> Task objective: Every line from the one with "#68=EDGE_CURVE('',#64,#25,#67,.T.);" to the one with "#75=DIRECTION('',(1.,0.,0.));", including those two, is to be copied exactly; all other lines of the entries below are left out.
Data for this task: Begin
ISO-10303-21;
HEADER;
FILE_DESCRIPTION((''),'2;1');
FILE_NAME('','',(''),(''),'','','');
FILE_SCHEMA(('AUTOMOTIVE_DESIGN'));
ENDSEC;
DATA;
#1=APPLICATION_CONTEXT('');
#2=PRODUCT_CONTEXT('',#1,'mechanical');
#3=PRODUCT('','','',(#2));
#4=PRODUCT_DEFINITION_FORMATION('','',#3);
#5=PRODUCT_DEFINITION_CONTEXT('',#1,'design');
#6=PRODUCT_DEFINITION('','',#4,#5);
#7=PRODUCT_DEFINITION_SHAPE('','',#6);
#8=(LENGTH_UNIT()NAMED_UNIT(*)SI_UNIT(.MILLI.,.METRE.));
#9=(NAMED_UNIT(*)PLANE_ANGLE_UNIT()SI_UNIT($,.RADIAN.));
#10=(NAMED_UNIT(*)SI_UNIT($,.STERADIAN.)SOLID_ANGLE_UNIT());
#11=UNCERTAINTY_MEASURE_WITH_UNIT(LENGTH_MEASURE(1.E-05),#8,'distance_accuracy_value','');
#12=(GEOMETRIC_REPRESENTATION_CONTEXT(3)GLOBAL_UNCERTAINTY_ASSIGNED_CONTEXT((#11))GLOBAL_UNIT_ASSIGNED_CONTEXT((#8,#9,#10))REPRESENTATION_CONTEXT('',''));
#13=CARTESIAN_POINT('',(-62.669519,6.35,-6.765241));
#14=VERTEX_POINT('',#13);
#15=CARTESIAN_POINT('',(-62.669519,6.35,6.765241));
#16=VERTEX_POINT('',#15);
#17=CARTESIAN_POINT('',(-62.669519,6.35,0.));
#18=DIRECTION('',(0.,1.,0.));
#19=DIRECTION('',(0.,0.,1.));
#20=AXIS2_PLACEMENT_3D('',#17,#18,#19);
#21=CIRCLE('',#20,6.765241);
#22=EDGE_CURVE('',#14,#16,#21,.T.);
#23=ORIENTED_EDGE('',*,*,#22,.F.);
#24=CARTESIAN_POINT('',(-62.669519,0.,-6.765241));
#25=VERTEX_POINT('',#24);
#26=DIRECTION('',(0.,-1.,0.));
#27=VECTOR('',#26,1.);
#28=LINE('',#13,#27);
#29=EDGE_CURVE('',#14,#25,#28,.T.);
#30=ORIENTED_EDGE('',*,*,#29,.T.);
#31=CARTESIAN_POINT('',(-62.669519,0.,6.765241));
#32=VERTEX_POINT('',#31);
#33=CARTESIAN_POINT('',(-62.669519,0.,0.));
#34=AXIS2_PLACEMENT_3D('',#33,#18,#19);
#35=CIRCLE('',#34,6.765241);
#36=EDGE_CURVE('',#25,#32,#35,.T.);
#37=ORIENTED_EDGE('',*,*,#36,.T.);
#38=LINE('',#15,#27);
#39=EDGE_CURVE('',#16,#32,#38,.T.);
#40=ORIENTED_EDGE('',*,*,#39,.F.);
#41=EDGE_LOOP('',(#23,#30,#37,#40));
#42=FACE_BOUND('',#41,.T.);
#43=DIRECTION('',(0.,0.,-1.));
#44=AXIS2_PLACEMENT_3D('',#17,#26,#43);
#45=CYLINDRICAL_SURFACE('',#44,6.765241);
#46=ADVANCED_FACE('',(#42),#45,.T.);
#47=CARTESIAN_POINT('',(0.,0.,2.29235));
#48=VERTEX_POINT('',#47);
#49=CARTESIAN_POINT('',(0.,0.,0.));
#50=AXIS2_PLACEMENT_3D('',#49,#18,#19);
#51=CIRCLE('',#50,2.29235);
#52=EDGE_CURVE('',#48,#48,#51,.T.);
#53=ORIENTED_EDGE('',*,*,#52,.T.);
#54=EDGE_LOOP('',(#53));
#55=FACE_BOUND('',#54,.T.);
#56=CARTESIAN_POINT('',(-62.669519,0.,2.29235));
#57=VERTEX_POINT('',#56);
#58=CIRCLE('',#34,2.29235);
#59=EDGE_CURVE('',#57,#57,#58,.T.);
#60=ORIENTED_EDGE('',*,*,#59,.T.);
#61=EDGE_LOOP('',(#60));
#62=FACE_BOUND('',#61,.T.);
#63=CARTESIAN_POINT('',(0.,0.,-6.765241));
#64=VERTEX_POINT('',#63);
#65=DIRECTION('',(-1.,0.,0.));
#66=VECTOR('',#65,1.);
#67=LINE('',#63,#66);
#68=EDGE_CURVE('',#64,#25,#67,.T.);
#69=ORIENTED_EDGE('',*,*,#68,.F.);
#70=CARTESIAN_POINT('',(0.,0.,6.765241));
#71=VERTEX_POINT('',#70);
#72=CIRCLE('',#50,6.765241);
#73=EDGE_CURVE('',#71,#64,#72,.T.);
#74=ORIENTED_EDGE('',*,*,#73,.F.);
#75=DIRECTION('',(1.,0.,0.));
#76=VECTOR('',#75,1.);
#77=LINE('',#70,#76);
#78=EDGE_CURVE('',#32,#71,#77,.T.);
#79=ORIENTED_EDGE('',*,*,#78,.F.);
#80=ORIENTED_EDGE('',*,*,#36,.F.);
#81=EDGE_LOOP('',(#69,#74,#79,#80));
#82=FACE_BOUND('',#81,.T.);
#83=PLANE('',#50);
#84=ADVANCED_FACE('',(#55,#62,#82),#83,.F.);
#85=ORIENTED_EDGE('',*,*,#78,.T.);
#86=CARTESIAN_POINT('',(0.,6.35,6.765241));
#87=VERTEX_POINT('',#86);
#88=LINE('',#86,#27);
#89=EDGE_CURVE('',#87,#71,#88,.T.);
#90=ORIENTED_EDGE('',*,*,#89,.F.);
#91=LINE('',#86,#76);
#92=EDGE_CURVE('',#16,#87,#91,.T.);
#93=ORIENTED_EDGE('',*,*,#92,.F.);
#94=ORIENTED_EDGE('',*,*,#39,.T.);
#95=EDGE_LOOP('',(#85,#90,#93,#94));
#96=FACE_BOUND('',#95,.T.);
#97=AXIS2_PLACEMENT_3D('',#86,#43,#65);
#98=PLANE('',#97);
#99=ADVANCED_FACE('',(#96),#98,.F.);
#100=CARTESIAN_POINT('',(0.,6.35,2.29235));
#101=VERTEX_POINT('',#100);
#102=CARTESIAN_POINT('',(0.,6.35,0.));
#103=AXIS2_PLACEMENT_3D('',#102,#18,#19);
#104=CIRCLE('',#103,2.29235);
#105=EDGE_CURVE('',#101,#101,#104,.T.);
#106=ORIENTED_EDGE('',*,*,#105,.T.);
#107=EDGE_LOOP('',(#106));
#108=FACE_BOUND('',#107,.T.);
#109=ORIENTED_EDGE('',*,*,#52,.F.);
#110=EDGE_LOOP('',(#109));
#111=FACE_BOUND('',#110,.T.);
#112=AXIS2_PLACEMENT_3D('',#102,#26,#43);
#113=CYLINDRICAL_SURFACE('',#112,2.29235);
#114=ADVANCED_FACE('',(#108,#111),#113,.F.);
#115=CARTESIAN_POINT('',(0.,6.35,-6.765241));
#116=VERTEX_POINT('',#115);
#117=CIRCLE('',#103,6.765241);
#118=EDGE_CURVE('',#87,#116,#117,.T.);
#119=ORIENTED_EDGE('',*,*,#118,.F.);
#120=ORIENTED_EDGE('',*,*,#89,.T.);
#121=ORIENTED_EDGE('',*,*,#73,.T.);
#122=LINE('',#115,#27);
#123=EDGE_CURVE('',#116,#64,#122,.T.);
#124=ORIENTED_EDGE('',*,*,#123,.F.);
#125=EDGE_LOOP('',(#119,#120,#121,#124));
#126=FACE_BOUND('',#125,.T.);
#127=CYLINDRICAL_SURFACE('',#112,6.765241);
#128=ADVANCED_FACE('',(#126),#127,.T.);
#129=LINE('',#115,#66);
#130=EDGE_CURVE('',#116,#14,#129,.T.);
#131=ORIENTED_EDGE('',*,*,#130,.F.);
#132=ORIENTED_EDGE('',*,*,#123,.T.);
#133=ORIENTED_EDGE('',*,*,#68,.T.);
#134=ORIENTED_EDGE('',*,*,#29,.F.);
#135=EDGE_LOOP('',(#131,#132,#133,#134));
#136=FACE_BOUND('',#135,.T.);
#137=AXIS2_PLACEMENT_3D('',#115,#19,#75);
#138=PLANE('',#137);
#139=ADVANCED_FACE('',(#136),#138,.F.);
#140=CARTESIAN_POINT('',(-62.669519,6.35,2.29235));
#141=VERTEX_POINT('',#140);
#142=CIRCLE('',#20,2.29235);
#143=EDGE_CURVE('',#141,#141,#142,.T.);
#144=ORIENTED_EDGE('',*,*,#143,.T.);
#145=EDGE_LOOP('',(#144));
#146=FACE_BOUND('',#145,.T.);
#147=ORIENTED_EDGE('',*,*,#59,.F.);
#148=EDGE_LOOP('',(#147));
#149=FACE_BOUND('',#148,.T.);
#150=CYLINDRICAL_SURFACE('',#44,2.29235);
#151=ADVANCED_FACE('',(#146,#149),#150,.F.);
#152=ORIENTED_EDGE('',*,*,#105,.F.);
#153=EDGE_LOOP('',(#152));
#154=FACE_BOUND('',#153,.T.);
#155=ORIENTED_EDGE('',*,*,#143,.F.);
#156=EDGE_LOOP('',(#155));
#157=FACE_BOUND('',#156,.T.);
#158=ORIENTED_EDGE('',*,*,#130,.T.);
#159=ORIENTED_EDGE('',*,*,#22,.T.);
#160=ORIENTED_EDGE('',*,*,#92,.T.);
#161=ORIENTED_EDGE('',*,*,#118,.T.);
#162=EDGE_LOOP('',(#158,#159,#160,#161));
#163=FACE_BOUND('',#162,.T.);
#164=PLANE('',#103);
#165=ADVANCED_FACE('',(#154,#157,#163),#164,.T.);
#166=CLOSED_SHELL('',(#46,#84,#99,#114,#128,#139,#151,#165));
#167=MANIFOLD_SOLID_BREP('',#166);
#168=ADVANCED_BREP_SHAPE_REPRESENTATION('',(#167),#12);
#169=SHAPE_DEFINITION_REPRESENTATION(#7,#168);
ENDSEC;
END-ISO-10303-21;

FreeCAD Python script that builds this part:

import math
import FreeCAD as App
import Part
import Sketcher
Q = App.Units.Quantity

doc = App.newDocument("Part")
body = doc.addObject("PartDesign::Body", "Body")

sketch1 = body.newObject("Sketcher::SketchObject", "Sketch")
sketch1.AttachmentSupport = (doc.getObject("XZ_Plane"), [""])
sketch1.MapMode = "FlatFace"
sketch1.addGeometry([
    Part.LineSegment(App.Vector(-62.7, 6.8, 0), App.Vector(0, 6.8, 0)),
    Part.ArcOfCircle(Part.Circle(App.Vector(0, 0, 0), App.Vector(0, 0, 1), 6.8), math.radians(-90), math.radians(90)),
    Part.LineSegment(App.Vector(0, -6.8, 0), App.Vector(-62.7, -6.8, 0)),
    Part.ArcOfCircle(Part.Circle(App.Vector(-62.7, 0, 0), App.Vector(0, 0, 1), 6.8), math.radians(90), math.radians(270)),
    Part.Circle(App.Vector(0, 0, 0), App.Vector(0, 0, 1), 2.3),
    Part.Circle(App.Vector(-62.7, 0, 0), App.Vector(0, 0, 1), 2.3),
], False)
sketch1.addConstraint([
    Sketcher.Constraint("Tangent", 0, 2, 1, 2),
    Sketcher.Constraint("Tangent", 1, 1, 2, 1),
    Sketcher.Constraint("Tangent", 2, 2, 3, 2),
    Sketcher.Constraint("Tangent", 3, 1, 0, 1),
    Sketcher.Constraint("Horizontal", 0),
    Sketcher.Constraint("Horizontal", 2),
    Sketcher.Constraint("Coincident", 1, 3, -1, 1),
    Sketcher.Constraint("Coincident", 4, 3, -1, 1),
    Sketcher.Constraint("Coincident", 5, 3, 3, 3),
    Sketcher.Constraint("Equal", 4, 5),
    Sketcher.Constraint("Diameter", 4, Q("0.1805 in")),
    Sketcher.Constraint("Radius", 1, 6.765241),
    Sketcher.Constraint("DistanceX", 0, 1, 0, 2, 62.669519),
])
pad1 = body.newObject("PartDesign::Pad", "Pad")
pad1.Profile = sketch1
pad1.Length = Q("0.25 in")
pad1.Reversed = True

doc.recompute()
Data for this task: End
> Solved exercise:
#68=EDGE_CURVE('',#64,#25,#67,.T.);
#69=ORIENTED_EDGE('',*,*,#68,.F.);
#70=CARTESIAN_POINT('',(0.,0.,6.765241));
#71=VERTEX_POINT('',#70);
#72=CIRCLE('',#50,6.765241);
#73=EDGE_CURVE('',#71,#64,#72,.T.);
#74=ORIENTED_EDGE('',*,*,#73,.F.);
#75=DIRECTION('',(1.,0.,0.));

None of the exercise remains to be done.